What to Do If My Friend is a Respondent
If a friend or someone you know is reported to have committed act(s) of sexual misconduct, it is likely that you have questions and may be struggling to understand what has happened. You may be experiencing a range of emotions such as helplessness, anger, confusion or betrayal. If your friend has told you that they have been reported to have committed act(s) of sexual violence, they may be turning to you for help and support. You may be unsure how to respond to your friend or the situation.
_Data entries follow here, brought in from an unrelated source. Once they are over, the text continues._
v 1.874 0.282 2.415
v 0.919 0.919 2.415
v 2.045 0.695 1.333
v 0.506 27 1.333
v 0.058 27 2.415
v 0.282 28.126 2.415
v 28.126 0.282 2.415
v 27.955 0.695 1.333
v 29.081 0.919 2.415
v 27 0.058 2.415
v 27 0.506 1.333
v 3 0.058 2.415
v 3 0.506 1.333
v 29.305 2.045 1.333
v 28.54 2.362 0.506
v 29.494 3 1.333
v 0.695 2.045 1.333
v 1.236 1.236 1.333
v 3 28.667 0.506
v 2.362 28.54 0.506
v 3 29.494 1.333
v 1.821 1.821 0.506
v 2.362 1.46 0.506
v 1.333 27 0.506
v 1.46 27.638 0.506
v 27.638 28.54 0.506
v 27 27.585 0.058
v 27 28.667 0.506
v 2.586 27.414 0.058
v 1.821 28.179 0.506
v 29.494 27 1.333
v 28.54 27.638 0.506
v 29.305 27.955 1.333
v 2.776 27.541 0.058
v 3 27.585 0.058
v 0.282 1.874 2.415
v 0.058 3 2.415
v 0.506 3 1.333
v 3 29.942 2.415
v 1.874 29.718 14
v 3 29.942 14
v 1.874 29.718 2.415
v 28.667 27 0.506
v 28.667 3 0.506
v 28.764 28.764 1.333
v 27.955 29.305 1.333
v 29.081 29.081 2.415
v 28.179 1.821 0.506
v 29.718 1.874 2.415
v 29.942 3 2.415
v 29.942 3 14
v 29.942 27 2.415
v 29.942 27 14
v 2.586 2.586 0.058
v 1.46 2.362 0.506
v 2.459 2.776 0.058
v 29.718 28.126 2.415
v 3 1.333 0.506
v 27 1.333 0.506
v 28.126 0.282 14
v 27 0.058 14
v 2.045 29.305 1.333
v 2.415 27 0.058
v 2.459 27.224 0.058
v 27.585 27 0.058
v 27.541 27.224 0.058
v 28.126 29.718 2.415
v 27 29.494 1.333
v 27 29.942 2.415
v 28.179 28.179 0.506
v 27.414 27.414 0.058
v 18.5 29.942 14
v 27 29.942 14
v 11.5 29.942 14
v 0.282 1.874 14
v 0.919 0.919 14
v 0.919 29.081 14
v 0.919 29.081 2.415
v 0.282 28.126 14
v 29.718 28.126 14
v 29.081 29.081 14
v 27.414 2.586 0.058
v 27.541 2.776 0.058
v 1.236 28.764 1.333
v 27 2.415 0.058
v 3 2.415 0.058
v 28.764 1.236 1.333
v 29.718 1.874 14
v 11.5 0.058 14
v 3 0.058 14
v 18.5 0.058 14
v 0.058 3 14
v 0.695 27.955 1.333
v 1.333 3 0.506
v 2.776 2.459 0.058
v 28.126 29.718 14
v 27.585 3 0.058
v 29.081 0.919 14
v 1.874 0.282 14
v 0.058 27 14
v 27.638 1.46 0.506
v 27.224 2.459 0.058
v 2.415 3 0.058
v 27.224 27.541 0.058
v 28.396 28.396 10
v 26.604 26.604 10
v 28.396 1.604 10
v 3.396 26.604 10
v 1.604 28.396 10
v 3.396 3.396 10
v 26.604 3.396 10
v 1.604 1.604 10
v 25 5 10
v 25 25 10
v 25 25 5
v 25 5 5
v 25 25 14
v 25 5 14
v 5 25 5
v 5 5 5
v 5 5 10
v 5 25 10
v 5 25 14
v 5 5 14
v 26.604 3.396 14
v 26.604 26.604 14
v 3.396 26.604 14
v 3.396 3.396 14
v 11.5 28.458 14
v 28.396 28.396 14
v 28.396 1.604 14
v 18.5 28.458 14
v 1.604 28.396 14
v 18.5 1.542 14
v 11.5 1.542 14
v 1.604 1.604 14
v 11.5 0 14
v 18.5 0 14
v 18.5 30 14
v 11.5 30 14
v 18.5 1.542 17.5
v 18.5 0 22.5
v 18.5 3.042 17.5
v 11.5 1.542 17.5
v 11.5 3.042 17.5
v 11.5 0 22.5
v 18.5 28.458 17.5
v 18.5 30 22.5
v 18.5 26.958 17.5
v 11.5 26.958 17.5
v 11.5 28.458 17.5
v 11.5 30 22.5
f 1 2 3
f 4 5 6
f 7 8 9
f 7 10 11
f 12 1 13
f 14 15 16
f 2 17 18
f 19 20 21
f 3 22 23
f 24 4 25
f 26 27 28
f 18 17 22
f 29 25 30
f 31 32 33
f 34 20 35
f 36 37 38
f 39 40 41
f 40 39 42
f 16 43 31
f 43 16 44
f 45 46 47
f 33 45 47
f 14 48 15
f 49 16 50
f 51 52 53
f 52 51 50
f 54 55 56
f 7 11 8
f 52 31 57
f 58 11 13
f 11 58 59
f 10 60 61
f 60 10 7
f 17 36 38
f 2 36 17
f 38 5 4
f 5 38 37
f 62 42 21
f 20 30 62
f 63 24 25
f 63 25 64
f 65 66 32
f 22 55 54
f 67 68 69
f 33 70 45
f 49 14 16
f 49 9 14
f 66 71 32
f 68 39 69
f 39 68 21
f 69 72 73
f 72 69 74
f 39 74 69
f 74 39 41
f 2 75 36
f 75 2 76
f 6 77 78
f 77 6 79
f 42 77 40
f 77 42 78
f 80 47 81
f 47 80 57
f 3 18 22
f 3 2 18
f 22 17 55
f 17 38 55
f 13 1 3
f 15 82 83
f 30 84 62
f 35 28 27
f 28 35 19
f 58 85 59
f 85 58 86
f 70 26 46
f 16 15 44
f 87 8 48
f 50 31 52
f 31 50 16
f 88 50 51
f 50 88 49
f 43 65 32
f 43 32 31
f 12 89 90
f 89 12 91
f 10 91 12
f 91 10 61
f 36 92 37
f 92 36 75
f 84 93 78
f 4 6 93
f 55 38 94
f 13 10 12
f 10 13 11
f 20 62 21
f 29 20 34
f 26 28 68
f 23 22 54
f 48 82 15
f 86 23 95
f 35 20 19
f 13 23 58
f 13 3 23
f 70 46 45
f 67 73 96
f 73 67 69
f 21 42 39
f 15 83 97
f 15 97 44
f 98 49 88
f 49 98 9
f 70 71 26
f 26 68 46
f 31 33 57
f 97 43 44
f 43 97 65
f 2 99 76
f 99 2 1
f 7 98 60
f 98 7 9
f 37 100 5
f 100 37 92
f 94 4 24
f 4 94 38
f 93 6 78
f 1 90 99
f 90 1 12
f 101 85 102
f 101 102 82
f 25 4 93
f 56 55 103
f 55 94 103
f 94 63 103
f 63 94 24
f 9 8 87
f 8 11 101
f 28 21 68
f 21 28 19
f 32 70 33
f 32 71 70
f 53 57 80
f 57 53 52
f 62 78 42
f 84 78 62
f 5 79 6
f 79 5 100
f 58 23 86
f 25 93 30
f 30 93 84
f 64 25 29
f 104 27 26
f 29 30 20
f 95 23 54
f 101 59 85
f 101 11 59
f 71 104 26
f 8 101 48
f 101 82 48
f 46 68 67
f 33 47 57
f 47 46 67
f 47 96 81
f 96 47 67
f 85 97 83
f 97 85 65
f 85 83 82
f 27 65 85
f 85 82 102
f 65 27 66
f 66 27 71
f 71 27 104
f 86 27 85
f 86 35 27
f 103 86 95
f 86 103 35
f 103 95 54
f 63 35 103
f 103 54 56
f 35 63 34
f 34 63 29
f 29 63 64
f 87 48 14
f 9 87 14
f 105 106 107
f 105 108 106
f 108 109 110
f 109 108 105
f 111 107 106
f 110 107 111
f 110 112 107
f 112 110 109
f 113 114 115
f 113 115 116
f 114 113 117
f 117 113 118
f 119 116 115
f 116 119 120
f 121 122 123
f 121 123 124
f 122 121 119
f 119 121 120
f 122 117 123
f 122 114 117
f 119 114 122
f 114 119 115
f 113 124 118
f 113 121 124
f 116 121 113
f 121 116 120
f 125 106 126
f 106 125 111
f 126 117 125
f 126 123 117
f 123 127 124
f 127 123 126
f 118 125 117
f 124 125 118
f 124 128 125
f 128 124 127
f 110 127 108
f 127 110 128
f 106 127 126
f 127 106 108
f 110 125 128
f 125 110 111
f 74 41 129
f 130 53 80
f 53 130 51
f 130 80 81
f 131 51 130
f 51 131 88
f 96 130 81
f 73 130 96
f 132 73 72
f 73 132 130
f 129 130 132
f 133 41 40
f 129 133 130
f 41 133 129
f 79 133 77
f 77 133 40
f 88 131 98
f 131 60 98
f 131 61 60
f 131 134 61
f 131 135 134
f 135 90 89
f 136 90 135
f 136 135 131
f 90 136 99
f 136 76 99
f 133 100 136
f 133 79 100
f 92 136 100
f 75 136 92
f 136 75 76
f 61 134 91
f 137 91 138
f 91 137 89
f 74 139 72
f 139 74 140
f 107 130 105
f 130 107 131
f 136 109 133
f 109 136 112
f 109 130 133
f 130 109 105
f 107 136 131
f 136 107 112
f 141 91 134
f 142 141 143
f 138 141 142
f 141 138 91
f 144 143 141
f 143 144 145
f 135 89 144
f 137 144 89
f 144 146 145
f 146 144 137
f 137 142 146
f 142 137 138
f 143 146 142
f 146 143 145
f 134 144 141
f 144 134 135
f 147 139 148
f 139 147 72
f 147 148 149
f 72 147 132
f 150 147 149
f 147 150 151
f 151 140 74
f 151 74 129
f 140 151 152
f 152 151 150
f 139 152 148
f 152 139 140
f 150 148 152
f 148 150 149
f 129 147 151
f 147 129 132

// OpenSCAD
////////////////////////////////////////////////////////////////////////////////
// LCD
////////////////////////////////////////////////////////////////////////////////

LCD_BOARD_THICKNESS=1.6;
LCD_BOARD_WIDTH=40.0;
LCD_BOARD_HEIGHT=23.2 + 6.8;

LCD_PIN_THICKNESS=13-(1.6+9.0);

LCD_DISPLAY_THICKNESS=9.0;
LCD_DISPLAY_WIDTH=36;
LCD_DISPLAY_HEIGHT=23.2;

LCD_ACTIVE_WIDTH=30.4;
LCD_ACTIVE_HEIGHT=13.9;

LCD_TAB_LENGTH = 35.4 - LCD_BOARD_HEIGHT;
LCD_TAB_RADIUS = 2.5;
LCD_TAB_THICKNESS = 0.6;

LCD_HOLE_RADIUS = 1.5;

LCD_TOP_HOLE_SPACING = 36.0;
LCD_TOP_HOLE_OFFSET = 3.4;

// An ADM0802A 8x2 LCD Module
module lcd() {
	
	difference() {
		union() {
			// Board
			cube([LCD_BOARD_WIDTH, LCD_BOARD_HEIGHT, LCD_BOARD_THICKNESS]);
			
			// Display
			translate([LCD_BOARD_WIDTH/2 - LCD_DISPLAY_WIDTH/2, 0, LCD_BOARD_THICKNESS])
				cube([LCD_DISPLAY_WIDTH, LCD_DISPLAY_HEIGHT, LCD_DISPLAY_THICKNESS]);
			
			// Tabs
			for (x_offset = [0, LCD_BOARD_WIDTH-(LCD_TAB_RADIUS*2)]) {
				translate([x_offset, -(LCD_TAB_LENGTH-LCD_TAB_RADIUS), 0])
					cube([2*LCD_TAB_RADIUS, LCD_TAB_LENGTH-LCD_TAB_RADIUS, LCD_TAB_THICKNESS]);
				translate([x_offset + LCD_TAB_RADIUS, -(LCD_TAB_LENGTH-LCD_TAB_RADIUS), 0])
					cylinder(h=LCD_TAB_THICKNESS, r = LCD_TAB_RADIUS);
			}
			
			// Backing crap
			translate([0,0,-LCD_PIN_THICKNESS])
				% cube([LCD_BOARD_WIDTH, LCD_DISPLAY_HEIGHT, LCD_PIN_THICKNESS]);
		}
		
		// Mounting Holes
		union() {
			// Bottom tabs
			for (x_offset = [0, LCD_BOARD_WIDTH-(LCD_TAB_RADIUS*2)]) {
				translate([x_offset + LCD_TAB_RADIUS, -(LCD_TAB_LENGTH-LCD_TAB_RADIUS), 0])
					cylinder(r = LCD_HOLE_RADIUS, h=LCD_TAB_THICKNESS);
			}
			
			// Top
			for (x_offset = [0.0, 1.0]) {
				translate([ (LCD_BOARD_WIDTH/2) - (LCD_TOP_HOLE_SPACING/2) + (x_offset*LCD_TOP_HOLE_SPACING)
				           , LCD_BOARD_HEIGHT - LCD_TOP_HOLE_OFFSET
				           , 0
				           ])
					cylinder(r = LCD_HOLE_RADIUS, h=LCD_BOARD_THICKNESS);
			}
		}
	}
}

////////////////////////////////////////////////////////////////////////////////
// GPS
////////////////////////////////////////////////////////////////////////////////

GPS_BOARD_WIDTH = 30; 
GPS_BOARD_HEIGHT = 30; 
GPS_BOARD_THICKNESS = 0.8; 

GPS_CHIP_WIDTH = 25; 
GPS_CHIP_HEIGHT = 25; 
GPS_CHIP_THICKNESS = 4.2 + 0.8; 

GPS_PIN_THICKNESS = 2.2;

GPS_HOLE_X_OFFSET = 1.6;
GPS_HOLE_Y_OFFSET = 1.6;
GPS_HOLE_RADIUS = 1.0;

module gps() {
	difference() {
		union() {
			// Board
			cube([GPS_BOARD_WIDTH, GPS_BOARD_HEIGHT, GPS_BOARD_THICKNESS]);
			
			// Chip
			translate([ (GPS_BOARD_WIDTH/2) - (GPS_CHIP_WIDTH/2)
			          , (GPS_BOARD_HEIGHT/2) - (GPS_CHIP_HEIGHT/2)
			          , GPS_BOARD_THICKNESS
			          ])
				cube([GPS_CHIP_WIDTH, GPS_CHIP_HEIGHT, GPS_CHIP_THICKNESS]);
			
			// Pins
			translate([0,0,-GPS_PIN_THICKNESS])
				% cube([GPS_BOARD_WIDTH, GPS_BOARD_HEIGHT, GPS_PIN_THICKNESS]);
		}
		
		// Mounting holes
		union() {
			for (y = [0,1]) {
				for (x = [0,1]) {
					translate([ GPS_HOLE_X_OFFSET + x*(GPS_BOARD_WIDTH-(2*GPS_HOLE_X_OFFSET))
					          , GPS_HOLE_Y_OFFSET + y*(GPS_BOARD_WIDTH-(2*GPS_HOLE_Y_OFFSET))
					          , 0
					          ])
						cylinder(r=GPS_HOLE_RADIUS, h=GPS_BOARD_THICKNESS);
				}
			}
		}
	}
}


////////////////////////////////////////////////////////////////////////////////
// Maple Mini
////////////////////////////////////////////////////////////////////////////////

MPL_BOARD_WIDTH = 18.0;
MPL_BOARD_HEIGHT = 51.0;
MPL_BOARD_THICKNESS = 2; // ??

MPL_USB_WIDTH = 6.0; // ??
MPL_USB_HEIGHT = 7.0; // ??
MPL_USB_THICKNESS = 3.0; // ??
MPL_USB_OFFSET = -1.0; // ??

module maple() {
	union() {
		// Board
		cube([MPL_BOARD_WIDTH, MPL_BOARD_HEIGHT, MPL_BOARD_THICKNESS]);
		
		// USB
		translate([MPL_BOARD_WIDTH/2 - MPL_USB_WIDTH/2, MPL_USB_OFFSET, MPL_BOARD_THICKNESS])
			cube([MPL_USB_WIDTH, MPL_USB_HEIGHT, MPL_USB_THICKNESS]);
	}
}


////////////////////////////////////////////////////////////////////////////////
// Power Convertor
////////////////////////////////////////////////////////////////////////////////

PWR_BOARD_WIDTH = 12; // ??
PWR_BOARD_HEIGHT = 26; // ??
PWR_BOARD_THICKNESS = 2; // ??

PWR_USB_WIDTH = 11; // ??
PWR_USB_HEIGHT = 13; // ??
PWR_USB_THICKNESS = 5; // ??

module power() {
	union() {
		// Board
		cube([PWR_BOARD_WIDTH, PWR_BOARD_HEIGHT, PWR_BOARD_THICKNESS]);
		
		// USB
		translate([PWR_BOARD_WIDTH/2 - PWR_USB_WIDTH/2, 0, PWR_BOARD_THICKNESS])
			cube([PWR_USB_WIDTH, PWR_USB_HEIGHT, PWR_USB_THICKNESS]);
	}
}


////////////////////////////////////////////////////////////////////////////////
// AA Battery Holder
////////////////////////////////////////////////////////////////////////////////

BAT_WIDTH = 32; // ??
BAT_HEIGHT = 57; // ??
BAT_THICKNESS = 15.7; // ??

module batteries() {
	union() {
		// Container
		cube([BAT_WIDTH, BAT_HEIGHT, BAT_THICKNESS]);
	}
}


////////////////////////////////////////////////////////////////////////////////
// Rounded cube things
////////////////////////////////////////////////////////////////////////////////

DISABLE_ROUND_CUBE = false;

module round_cube(s, rs) {
	if (DISABLE_ROUND_CUBE) {
		cube(s);
	} else {
		hull() {
			for (x = [rs[0], s[0]-rs[0]]) {
				for (y = [rs[1], s[1]-rs[1]]) {
					for (z = [rs[2], s[2]-rs[1]]) {
						translate([x,y,z])
							scale([rs[0]/5, rs[1]/5, rs[2]/5])
								sphere(r = 5);
					}
				}
			}
		}
	}
}


////////////////////////////////////////////////////////////////////////////////
// AA-Battery
////////////////////////////////////////////////////////////////////////////////

AA_DIAMETER = 14.0;
AA_LENGTH = 48.5;

AA_NUB_DIAMETER = 5.2;
AA_NUB_LENGTH = 1.5;

AA_BTM_DIAMETER = 10;
AA_BTM_LENGTH = 0.4;

AA_BTM_HOLE_DIAMETER = 1.6;
AA_BTM_HOLE_LENGTH = 0.8;

module aa_bat() {
	
}

////////////////////////////////////////////////////////////////////////////////
// Case
////////////////////////////////////////////////////////////////////////////////

CASE_BAT_LENGTH = AA_LENGTH+AA_NUB_LENGTH+AA_BTM_LENGTH + 8.0;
Here are a few ways you can help your friend through this experience:
- Direct your friend to resources. The Title IX Office can and will help a Respondent understand their rights, resources and what may happen next. Helping your friend access these resources is a step you can take to provide support in what may be a confusing and emotional time for both of you.
- Recommend that your friend seek counseling services to deal with their emotions. It may also be helpful for you to seek counseling to help you process any emotions and trauma you may be experiencing as a result of the situation.
- Get educated on the issue of sexual misconduct. The information on this Website can answer some of the questions you may have.
- If able, be available to listen in a non-judgmental manner. They may not feel comfortable talking about the matter, but let your friend know you will listen.
- Familiarize yourself with the Title IX Sexual Misconduct Policy and the Harassment and Discrimination Policy.
Remember, being a good friend does NOT mean:
- Approving of your friend’s actions and/or choices. You can help your friend without making a judgment as to whether or not an act of sexual misconduct occurred. Determining if a crime or policy violation took place is the responsibility of the legal system and/or campus administrators.
- Telling your friend what to do.
- Blaming the student who has brought the complaint.
- Telling others about what might have happened and violating their confidentiality and trust.